The City of London had already shifted to using ranked ballots as of their 2018 election, following public consultation.  Voters in the cities of Cambridge and Kingston opted in 2018 referendums to switch to ranked ballots for their future municipal elections, and both cities already spent considerable time and money preparing for such improvements.

Barrie, Guelph and Meaford had planned to hold referendums on switching to ranked ballots, while Burlington intended to conduct public consultation about such a reform in time for 2022 municipal elections.

But all of these democratic reforms have been unilaterally scrapped by the province, because Doug Ford himself elected as Progressive Conservative leader thanks to a ranked ballot feels that his municipal cronies are threatened.

Broadly speaking, there are three categories of voting systems: plurality, majoritarian and proportional.  Under plurality voting systems, a plurality (or the largest minority) of voters elect the government.  This is how "majority" governments get elected with less than 40 percent of the vote, or how municipal councillors can ascend to public office with the narrowest of support sometimes less than 15 percent.  Plurality elections also do a poor job of translating how people vote into parliamentary or city council seats, skewing results.  (Most Canadians have only ever used plurality voting, specifically first-past-the-post.)

Majoritarian voting systems are a bit better, as candidates require the support of a majority of voters to hold office.  Under this system, politicians must appeal to a broader percentage of the electorate.  Additionally, these elections aren't affected by "vote splitting", freeing people to vote for their favourite candidates and not worry about "strategic voting".  However, majoritarian systems still do a poor job of reflecting how we vote, and tend to under-represent minority groups while over-representing dominant groups.  (Majoritarian voting usually employs a ranked ballot.)

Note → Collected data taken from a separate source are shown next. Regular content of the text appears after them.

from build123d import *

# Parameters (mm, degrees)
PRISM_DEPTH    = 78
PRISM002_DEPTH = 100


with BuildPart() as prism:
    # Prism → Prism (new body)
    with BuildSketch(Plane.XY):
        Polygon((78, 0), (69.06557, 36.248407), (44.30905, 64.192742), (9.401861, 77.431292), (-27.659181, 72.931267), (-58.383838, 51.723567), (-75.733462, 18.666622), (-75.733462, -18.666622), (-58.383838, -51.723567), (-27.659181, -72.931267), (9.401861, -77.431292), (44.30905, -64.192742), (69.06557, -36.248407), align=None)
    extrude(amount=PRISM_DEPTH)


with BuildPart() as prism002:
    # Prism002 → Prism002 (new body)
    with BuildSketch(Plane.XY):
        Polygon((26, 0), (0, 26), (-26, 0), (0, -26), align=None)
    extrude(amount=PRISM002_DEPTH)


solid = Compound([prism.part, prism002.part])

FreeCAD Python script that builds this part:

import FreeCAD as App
import Part
import Sketcher
from FreeCAD import Vector

doc = App.newDocument("Part")
params = doc.addObject("Spreadsheet::Sheet", "Params")
for row, (alias, value) in enumerate([
    ("pad1_length", "78 mm"),
    ("pad2_length", "100 mm"),
], start=1):
    params.set(f"A{row}", alias)
    params.set(f"B{row}", "=" + value)
    params.setAlias(f"B{row}", alias)

body = doc.addObject("PartDesign::Body", "Body")

# Sketch on XY plane
sketch1 = doc.addObject("Sketcher::SketchObject", "Sketch")
body.addObject(sketch1)
sketch1.AttachmentSupport = (doc.XY_Plane, [""])
sketch1.MapMode = "FlatFace"
sketch1.addGeometry(Part.LineSegment(Vector(78, 0, 0), Vector(69, 36, 0)), False)
sketch1.addGeometry(Part.LineSegment(Vector(69, 36, 0), Vector(44, 64, 0)), False)
sketch1.addGeometry(Part.LineSegment(Vector(44, 64, 0), Vector(9, 77, 0)), False)
sketch1.addGeometry(Part.LineSegment(Vector(9, 77, 0), Vector(-28, 73, 0)), False)
sketch1.addGeometry(Part.LineSegment(Vector(-28, 73, 0), Vector(-58, 52, 0)), False)
sketch1.addGeometry(Part.LineSegment(Vector(-58, 52, 0), Vector(-76, 19, 0)), False)
sketch1.addGeometry(Part.LineSegment(Vector(-76, 19, 0), Vector(-76, -19, 0)), False)
sketch1.addGeometry(Part.LineSegment(Vector(-76, -19, 0), Vector(-58, -52, 0)), False)
sketch1.addGeometry(Part.LineSegment(Vector(-58, -52, 0), Vector(-28, -73, 0)), False)
sketch1.addGeometry(Part.LineSegment(Vector(-28, -73, 0), Vector(9, -77, 0)), False)
sketch1.addGeometry(Part.LineSegment(Vector(9, -77, 0), Vector(44, -64, 0)), False)
sketch1.addGeometry(Part.LineSegment(Vector(44, -64, 0), Vector(69, -36, 0)), False)
sketch1.addGeometry(Part.LineSegment(Vector(69, -36, 0), Vector(78, 0, 0)), False)
sketch1.addConstraint(Sketcher.Constraint("Coincident", 0, 2, 1, 1))
sketch1.addConstraint(Sketcher.Constraint("Coincident", 1, 2, 2, 1))
sketch1.addConstraint(Sketcher.Constraint("Coincident", 2, 2, 3, 1))
sketch1.addConstraint(Sketcher.Constraint("Coincident", 3, 2, 4, 1))
sketch1.addConstraint(Sketcher.Constraint("Coincident", 4, 2, 5, 1))
sketch1.addConstraint(Sketcher.Constraint("Coincident", 5, 2, 6, 1))
sketch1.addConstraint(Sketcher.Constraint("Coincident", 6, 2, 7, 1))
sketch1.addConstraint(Sketcher.Constraint("Coincident", 7, 2, 8, 1))
sketch1.addConstraint(Sketcher.Constraint("Coincident", 8, 2, 9, 1))
sketch1.addConstraint(Sketcher.Constraint("Coincident", 9, 2, 10, 1))
sketch1.addConstraint(Sketcher.Constraint("Coincident", 10, 2, 11, 1))
sketch1.addConstraint(Sketcher.Constraint("Coincident", 11, 2, 12, 1))
sketch1.addConstraint(Sketcher.Constraint("Coincident", 12, 2, 0, 1))
sketch1.addConstraint(Sketcher.Constraint("Vertical", 6))
sketch1.addConstraint(Sketcher.Constraint("Symmetric", 4, 2, 7, 2, -1))
sketch1.addConstraint(Sketcher.Constraint("Symmetric", 3, 2, 8, 2, -1))
sketch1.addConstraint(Sketcher.Constraint("Symmetric", 2, 2, 9, 2, -1))
sketch1.addConstraint(Sketcher.Constraint("Symmetric", 1, 2, 10, 2, -1))
sketch1.addConstraint(Sketcher.Constraint("Symmetric", 0, 2, 11, 2, -1))
sketch1.addConstraint(Sketcher.Constraint("PointOnObject", 12, 2, -1))
sketch1.addConstraint(Sketcher.Constraint("Equal", 0, 1))
sketch1.addConstraint(Sketcher.Constraint("Equal", 1, 2))
sketch1.addConstraint(Sketcher.Constraint("Equal", 2, 3))
sketch1.addConstraint(Sketcher.Constraint("Equal", 3, 4))
sketch1.addConstraint(Sketcher.Constraint("Equal", 4, 5))
sketch1.addConstraint(Sketcher.Constraint("Equal", 5, 7))
sketch1.addConstraint(Sketcher.Constraint("DistanceX", -1, 1, 12, 2, 78.0))
sketch1.addConstraint(Sketcher.Constraint("DistanceY", 4, 2, 3, 2, 21.2077))
sketch1.addConstraint(Sketcher.Constraint("DistanceX", 4, 2, 2, 2, 67.785699))
sketch1.addConstraint(Sketcher.Constraint("DistanceY", 9, 2, 0, 2, 113.679699))
sketch1.addConstraint(Sketcher.Constraint("DistanceY", 6, 2, 6, 1, 37.333244))
sketch1.addConstraint(Sketcher.Constraint("DistanceX", -1, 1, 0, 2, 69.06557))
sketch1.addConstraint(Sketcher.Constraint("DistanceX", -1, 1, 1, 2, 44.30905))
sketch1.addConstraint(Sketcher.Constraint("DistanceY", -1, 1, 1, 2, 64.192742))
pad1 = doc.addObject("PartDesign::Pad", "Pad")
body.addObject(pad1)
pad1.Profile = sketch1
pad1.setExpression("Length", "Params.pad1_length")
body2 = doc.addObject("PartDesign::Body", "Body001")

# Sketch on XY plane
sketch2 = doc.addObject("Sketcher::SketchObject", "Sketch001")
body2.addObject(sketch2)
sketch2.AttachmentSupport = (doc.getObject("XY_Plane001"), [""])
sketch2.MapMode = "FlatFace"
sketch2.addGeometry(Part.LineSegment(Vector(26, 0, 0), Vector(0, 26, 0)), False)
sketch2.addGeometry(Part.LineSegment(Vector(0, 26, 0), Vector(-26, 0, 0)), False)
sketch2.addGeometry(Part.LineSegment(Vector(-26, 0, 0), Vector(0, -26, 0)), False)
sketch2.addGeometry(Part.LineSegment(Vector(0, -26, 0), Vector(26, 0, 0)), False)
sketch2.addConstraint(Sketcher.Constraint("Coincident", 0, 2, 1, 1))
sketch2.addConstraint(Sketcher.Constraint("Coincident", 1, 2, 2, 1))
sketch2.addConstraint(Sketcher.Constraint("Coincident", 2, 2, 3, 1))
sketch2.addConstraint(Sketcher.Constraint("Coincident", 3, 2, 0, 1))
sketch2.addConstraint(Sketcher.Constraint("Symmetric", 0, 2, 2, 2, -1, 1))
sketch2.addConstraint(Sketcher.Constraint("Symmetric", 1, 2, 3, 2, -1, 1))
sketch2.addConstraint(Sketcher.Constraint("PointOnObject", 0, 2, -2))
sketch2.addConstraint(Sketcher.Constraint("PointOnObject", 1, 2, -1))
sketch2.addConstraint(Sketcher.Constraint("Perpendicular", 0, 1))
sketch2.addConstraint(Sketcher.Constraint("DistanceY", -1, 1, 0, 2, 26.0))
pad2 = doc.addObject("PartDesign::Pad", "Pad001")
body2.addObject(pad2)
pad2.Profile = sketch2
pad2.setExpression("Length", "Params.pad2_length")

doc.recompute()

Proportional voting systems are perhaps the most democratic, as they accurately reflect how society votes.  If 35 percent of voters opt for Party X, that party gets roughly 35 percent of the seats, rather than some artificially-inflated amount.  Election results are also much more equitable in terms of reflecting social diversity.  Depending on the specific system, there's little to no strategic voting and local representation is maintained.

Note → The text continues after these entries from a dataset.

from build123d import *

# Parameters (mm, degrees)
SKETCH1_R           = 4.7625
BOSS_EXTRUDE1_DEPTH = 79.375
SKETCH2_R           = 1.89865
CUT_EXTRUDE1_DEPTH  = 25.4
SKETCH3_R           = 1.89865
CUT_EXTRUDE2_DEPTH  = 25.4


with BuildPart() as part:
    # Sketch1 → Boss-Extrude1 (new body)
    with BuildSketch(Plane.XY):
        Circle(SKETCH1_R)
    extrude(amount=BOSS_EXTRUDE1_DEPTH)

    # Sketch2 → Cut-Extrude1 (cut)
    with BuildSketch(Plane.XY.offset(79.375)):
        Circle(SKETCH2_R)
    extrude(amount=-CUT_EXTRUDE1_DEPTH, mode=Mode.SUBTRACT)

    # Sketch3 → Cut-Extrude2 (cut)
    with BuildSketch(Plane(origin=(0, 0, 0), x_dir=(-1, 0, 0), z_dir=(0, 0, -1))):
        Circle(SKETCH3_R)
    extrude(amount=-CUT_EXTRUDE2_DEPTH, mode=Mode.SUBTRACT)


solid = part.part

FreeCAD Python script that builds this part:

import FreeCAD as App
import Part
import Sketcher
from FreeCAD import Vector
Q = App.Units.Quantity

doc = App.newDocument("Part")
body = doc.addObject("PartDesign::Body", "Body")

# Sketch on XY plane
sketch1 = body.newObject("Sketcher::SketchObject", "Sketch")
sketch1.AttachmentSupport = (doc.getObject("XY_Plane"), [""])
sketch1.MapMode = "FlatFace"
sketch1.addGeometry(Part.Circle(Vector(0, 0, 0), Vector(0, 0, 1), 4.8), False)
sketch1.addConstraint([
    Sketcher.Constraint("Coincident", 0, 3, -1, 1),
    Sketcher.Constraint("Diameter", 0, Q("0.375 in")),
])
pad1 = body.newObject("PartDesign::Pad", "Pad")
pad1.Profile = sketch1
pad1.Length = Q("3.125 in")

# Sketch on XY plane
sketch2 = body.newObject("Sketcher::SketchObject", "Sketch001")
sketch2.AttachmentSupport = (doc.getObject("XY_Plane"), [""])
sketch2.MapMode = "FlatFace"
sketch2.AttachmentOffset = App.Placement(Vector(0, 0, 3.125 * 25.4), App.Rotation())
sketch2.addGeometry(Part.Circle(Vector(0, 0, 0), Vector(0, 0, 1), 1.9), False)
sketch2.addConstraint([
    Sketcher.Constraint("Coincident", 0, 3, -1, 1),
    Sketcher.Constraint("Diameter", 0, Q("0.1495 in")),
])
pocket1 = body.newObject("PartDesign::Pocket", "Pocket")
pocket1.Profile = sketch2
pocket1.Length = Q("1 in")

# Sketch on XY plane
sketch3 = body.newObject("Sketcher::SketchObject", "Sketch002")
sketch3.AttachmentSupport = (doc.getObject("XY_Plane"), [""])
sketch3.MapMode = "FlatFace"
sketch3.addGeometry(Part.Circle(Vector(0, 0, 0), Vector(0, 0, 1), 1.9), False)
sketch3.addConstraint([
    Sketcher.Constraint("Coincident", 0, 3, -1, 1),
    Sketcher.Constraint("Diameter", 0, Q("0.1495 in")),
])
pocket2 = body.newObject("PartDesign::Pocket", "Pocket001")
pocket2.Profile = sketch3
pocket2.Length = Q("1 in")
pocket2.Reversed = True

doc.recompute()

On a scale from least to most democratic, they would be: plurality, majoritarian, and then proportional.

Although cities such as Toronto would only improve one rung from plurality to majoritarian voting if they were to adopt ranked ballots, Ontario municipalities that currently use multi-member wards (e.g. Guelph) or at-large voting (e.g. smaller communities such as Meaford) would enjoy a proportional electoral system if they were to adopt ranked ballots.

So why would Doug Ford rescind democratic improvements?  Why would he want to retain a voting system that is the least democratic and burdened by numerous flaws?

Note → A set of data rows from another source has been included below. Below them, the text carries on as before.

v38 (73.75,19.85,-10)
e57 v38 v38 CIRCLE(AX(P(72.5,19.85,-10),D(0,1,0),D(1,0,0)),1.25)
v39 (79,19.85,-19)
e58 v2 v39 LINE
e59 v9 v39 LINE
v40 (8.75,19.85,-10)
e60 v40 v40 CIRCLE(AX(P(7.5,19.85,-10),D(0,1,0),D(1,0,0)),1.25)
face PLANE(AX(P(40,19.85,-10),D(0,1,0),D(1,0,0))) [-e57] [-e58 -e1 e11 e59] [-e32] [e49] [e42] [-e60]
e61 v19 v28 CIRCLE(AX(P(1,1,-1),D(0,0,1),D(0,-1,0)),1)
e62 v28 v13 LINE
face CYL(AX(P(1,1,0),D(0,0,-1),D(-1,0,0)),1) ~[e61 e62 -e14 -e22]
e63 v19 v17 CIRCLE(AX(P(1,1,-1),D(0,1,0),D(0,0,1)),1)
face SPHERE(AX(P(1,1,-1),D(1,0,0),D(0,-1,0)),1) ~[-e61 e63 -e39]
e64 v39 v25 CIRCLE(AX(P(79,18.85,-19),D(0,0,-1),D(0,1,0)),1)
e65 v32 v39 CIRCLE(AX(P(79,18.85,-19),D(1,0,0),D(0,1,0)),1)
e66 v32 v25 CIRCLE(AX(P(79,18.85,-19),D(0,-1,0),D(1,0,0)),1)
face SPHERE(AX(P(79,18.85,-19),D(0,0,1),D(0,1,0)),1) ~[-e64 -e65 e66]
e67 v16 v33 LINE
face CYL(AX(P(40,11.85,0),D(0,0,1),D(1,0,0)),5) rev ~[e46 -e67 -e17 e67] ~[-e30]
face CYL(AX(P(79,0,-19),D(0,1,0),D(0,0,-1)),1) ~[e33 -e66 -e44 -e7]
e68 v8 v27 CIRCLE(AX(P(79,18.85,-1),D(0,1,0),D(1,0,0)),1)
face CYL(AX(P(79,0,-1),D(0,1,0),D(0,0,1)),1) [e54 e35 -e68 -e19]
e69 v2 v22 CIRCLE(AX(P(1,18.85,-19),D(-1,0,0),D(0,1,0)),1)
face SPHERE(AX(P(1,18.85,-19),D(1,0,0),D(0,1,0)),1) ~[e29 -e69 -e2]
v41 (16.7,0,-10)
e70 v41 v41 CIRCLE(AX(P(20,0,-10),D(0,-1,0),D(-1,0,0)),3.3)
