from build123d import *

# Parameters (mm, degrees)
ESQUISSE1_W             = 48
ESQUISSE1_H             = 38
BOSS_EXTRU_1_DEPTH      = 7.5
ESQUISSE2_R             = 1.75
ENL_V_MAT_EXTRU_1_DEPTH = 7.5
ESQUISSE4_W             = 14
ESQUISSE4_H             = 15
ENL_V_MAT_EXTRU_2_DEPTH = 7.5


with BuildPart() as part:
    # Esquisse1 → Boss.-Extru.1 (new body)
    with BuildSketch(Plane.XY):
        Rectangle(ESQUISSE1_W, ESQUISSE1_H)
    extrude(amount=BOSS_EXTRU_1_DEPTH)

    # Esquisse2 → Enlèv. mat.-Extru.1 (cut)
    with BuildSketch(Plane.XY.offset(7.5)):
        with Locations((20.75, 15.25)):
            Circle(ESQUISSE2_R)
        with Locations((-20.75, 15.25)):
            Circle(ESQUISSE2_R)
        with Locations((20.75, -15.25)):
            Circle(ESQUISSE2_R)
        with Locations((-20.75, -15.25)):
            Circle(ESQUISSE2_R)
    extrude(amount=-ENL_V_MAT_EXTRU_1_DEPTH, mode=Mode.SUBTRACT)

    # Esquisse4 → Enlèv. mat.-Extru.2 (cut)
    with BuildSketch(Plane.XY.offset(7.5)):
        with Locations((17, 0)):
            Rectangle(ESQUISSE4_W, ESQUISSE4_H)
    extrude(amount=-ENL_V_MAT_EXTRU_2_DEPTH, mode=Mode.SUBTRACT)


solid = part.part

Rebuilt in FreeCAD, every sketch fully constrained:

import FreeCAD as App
import Part
import Sketcher

doc = App.newDocument("Part")
params = doc.addObject("Spreadsheet::Sheet", "Params")
for row, (alias, value) in enumerate([
    ("sketch1_width", "48 mm"),
    ("sketch1_height", "38 mm"),
    ("pad1_length", "7.5 mm"),
    ("sketch2_diameter", "3.5 mm"),
    ("pocket1_length", "7.5 mm"),
    ("sketch3_width", "14 mm"),
    ("sketch3_height", "15 mm"),
    ("pocket2_length", "7.5 mm"),
], start=1):
    params.set(f"A{row}", alias)
    params.set(f"B{row}", "=" + value)
    params.setAlias(f"B{row}", alias)

body = doc.addObject("PartDesign::Body", "Body")

sketch1 = doc.addObject("Sketcher::SketchObject", "Sketch")
body.addObject(sketch1)
sketch1.AttachmentSupport = (doc.XY_Plane, [""])
sketch1.MapMode = "FlatFace"
sketch1.addGeometry([
    Part.LineSegment(App.Vector(-24, 19, 0), App.Vector(-24, -19, 0)),
    Part.LineSegment(App.Vector(-24, -19, 0), App.Vector(24, -19, 0)),
    Part.LineSegment(App.Vector(24, -19, 0), App.Vector(24, 19, 0)),
    Part.LineSegment(App.Vector(24, 19, 0), App.Vector(-24, 19, 0)),
], False)
sketch1.addConstraint([
    Sketcher.Constraint("Coincident", 0, 2, 1, 1),
    Sketcher.Constraint("Coincident", 1, 2, 2, 1),
    Sketcher.Constraint("Coincident", 2, 2, 3, 1),
    Sketcher.Constraint("Coincident", 3, 2, 0, 1),
    Sketcher.Constraint("Vertical", 0),
    Sketcher.Constraint("Horizontal", 1),
    Sketcher.Constraint("Vertical", 2),
    Sketcher.Constraint("Horizontal", 3),
    Sketcher.Constraint("Symmetric", 0, 2, 2, 2, -1, 1),
    Sketcher.Constraint("DistanceX", 1, 1, 1, 2, 48.0),
    Sketcher.Constraint("DistanceY", 0, 2, 0, 1, 38.0),
])
sketch1.setExpression("Constraints[9]", "Params.sketch1_width")
sketch1.setExpression("Constraints[10]", "Params.sketch1_height")
pad1 = doc.addObject("PartDesign::Pad", "Pad")
body.addObject(pad1)
pad1.Profile = sketch1
pad1.setExpression("Length", "Params.pad1_length")

sketch2 = doc.addObject("Sketcher::SketchObject", "Sketch001")
body.addObject(sketch2)
sketch2.AttachmentSupport = (doc.XY_Plane, [""])
sketch2.MapMode = "FlatFace"
sketch2.AttachmentOffset = App.Placement(App.Vector(0, 0, 7.5), App.Rotation())
sketch2.addGeometry([
    Part.Circle(App.Vector(20.8, 15.2, 0), App.Vector(0, 0, 1), 1.8),
    Part.Circle(App.Vector(-20.8, 15.2, 0), App.Vector(0, 0, 1), 1.8),
    Part.Circle(App.Vector(20.8, -15.2, 0), App.Vector(0, 0, 1), 1.8),
    Part.Circle(App.Vector(-20.8, -15.2, 0), App.Vector(0, 0, 1), 1.8),
], False)
sketch2.addConstraint([
    Sketcher.Constraint("Equal", 0, 1),
    Sketcher.Constraint("Equal", 1, 2),
    Sketcher.Constraint("Equal", 2, 3),
    Sketcher.Constraint("Symmetric", 1, 3, 2, 3, -1, 1),
    Sketcher.Constraint("Symmetric", 0, 3, 3, 3, -1, 1),
    Sketcher.Constraint("Symmetric", 0, 3, 1, 3, -2),
    Sketcher.Constraint("Diameter", 0, 3.5),
    Sketcher.Constraint("DistanceX", 1, 3, 0, 3, 41.5),
    Sketcher.Constraint("DistanceY", 2, 3, 0, 3, 30.5),
])
sketch2.setExpression("Constraints[6]", "Params.sketch2_diameter")
pocket1 = doc.addObject("PartDesign::Pocket", "Pocket")
body.addObject(pocket1)
pocket1.Profile = sketch2
pocket1.setExpression("Length", "Params.pocket1_length")

sketch3 = doc.addObject("Sketcher::SketchObject", "Sketch002")
body.addObject(sketch3)
sketch3.AttachmentSupport = (doc.XY_Plane, [""])
sketch3.MapMode = "FlatFace"
sketch3.AttachmentOffset = App.Placement(App.Vector(0, 0, 7.5), App.Rotation())
sketch3.addGeometry([
    Part.LineSegment(App.Vector(10, 8, 0), App.Vector(10, -8, 0)),
    Part.LineSegment(App.Vector(10, -8, 0), App.Vector(24, -8, 0)),
    Part.LineSegment(App.Vector(24, -8, 0), App.Vector(24, 8, 0)),
    Part.LineSegment(App.Vector(24, 8, 0), App.Vector(10, 8, 0)),
], False)
sketch3.addConstraint([
    Sketcher.Constraint("Coincident", 0, 2, 1, 1),
    Sketcher.Constraint("Coincident", 1, 2, 2, 1),
    Sketcher.Constraint("Coincident", 2, 2, 3, 1),
    Sketcher.Constraint("Coincident", 3, 2, 0, 1),
    Sketcher.Constraint("Vertical", 0),
    Sketcher.Constraint("Horizontal", 1),
    Sketcher.Constraint("Vertical", 2),
    Sketcher.Constraint("Horizontal", 3),
    Sketcher.Constraint("DistanceX", 1, 1, 1, 2, 14.0),
    Sketcher.Constraint("DistanceY", 0, 2, 0, 1, 15.0),
    Sketcher.Constraint("DistanceX", -1, 1, 0, 2, 10.0),
    Sketcher.Constraint("DistanceY", 0, 2, -1, 1, 7.5),
])
sketch3.setExpression("Constraints[8]", "Params.sketch3_width")
sketch3.setExpression("Constraints[9]", "Params.sketch3_height")
pocket2 = doc.addObject("PartDesign::Pocket", "Pocket001")
body.addObject(pocket2)
pocket2.Profile = sketch3
pocket2.setExpression("Length", "Params.pocket2_length")

doc.recompute()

Divisive politicians tend to struggle under more democratic voting systems, as they can't claim all of the power with just 40 percent of the vote.  Under plurality systems, it's easy for a party or politician to primarily appeal to their core voters, and hope that they outnumber the core voters of opponents.  But under a majoritarian voting system that captures voter preferences (second choice, third choice, etc.), such politicians may flounder if they lack broad appeal.

To put it simply: the older, white, male politicians who coast to power under plurality voting are scared of electoral systems that are more democratic, as it threatens their divide-and-conquer gravy train.

Their defensive reaction is entirely logical.  Politicians will want to retain the electoral system that put them in power, and that is most likely to provide them a path to re-election even if its use is to the detriment of society.

Doug Ford is by no means the only politician who wanted to scale back democratic improvements to benefit himself (or his cronies at other levels of government) at the expense of voters.  Quebec Premier François Legault came to power in 2018 promising to scrap first-past-the-post voting and adopt a form of proportional representation without the unnecessary obstacle of holding a referendum.  But once in power, a referendum suddenly appeared, and one which the government is clearly constructing to fail.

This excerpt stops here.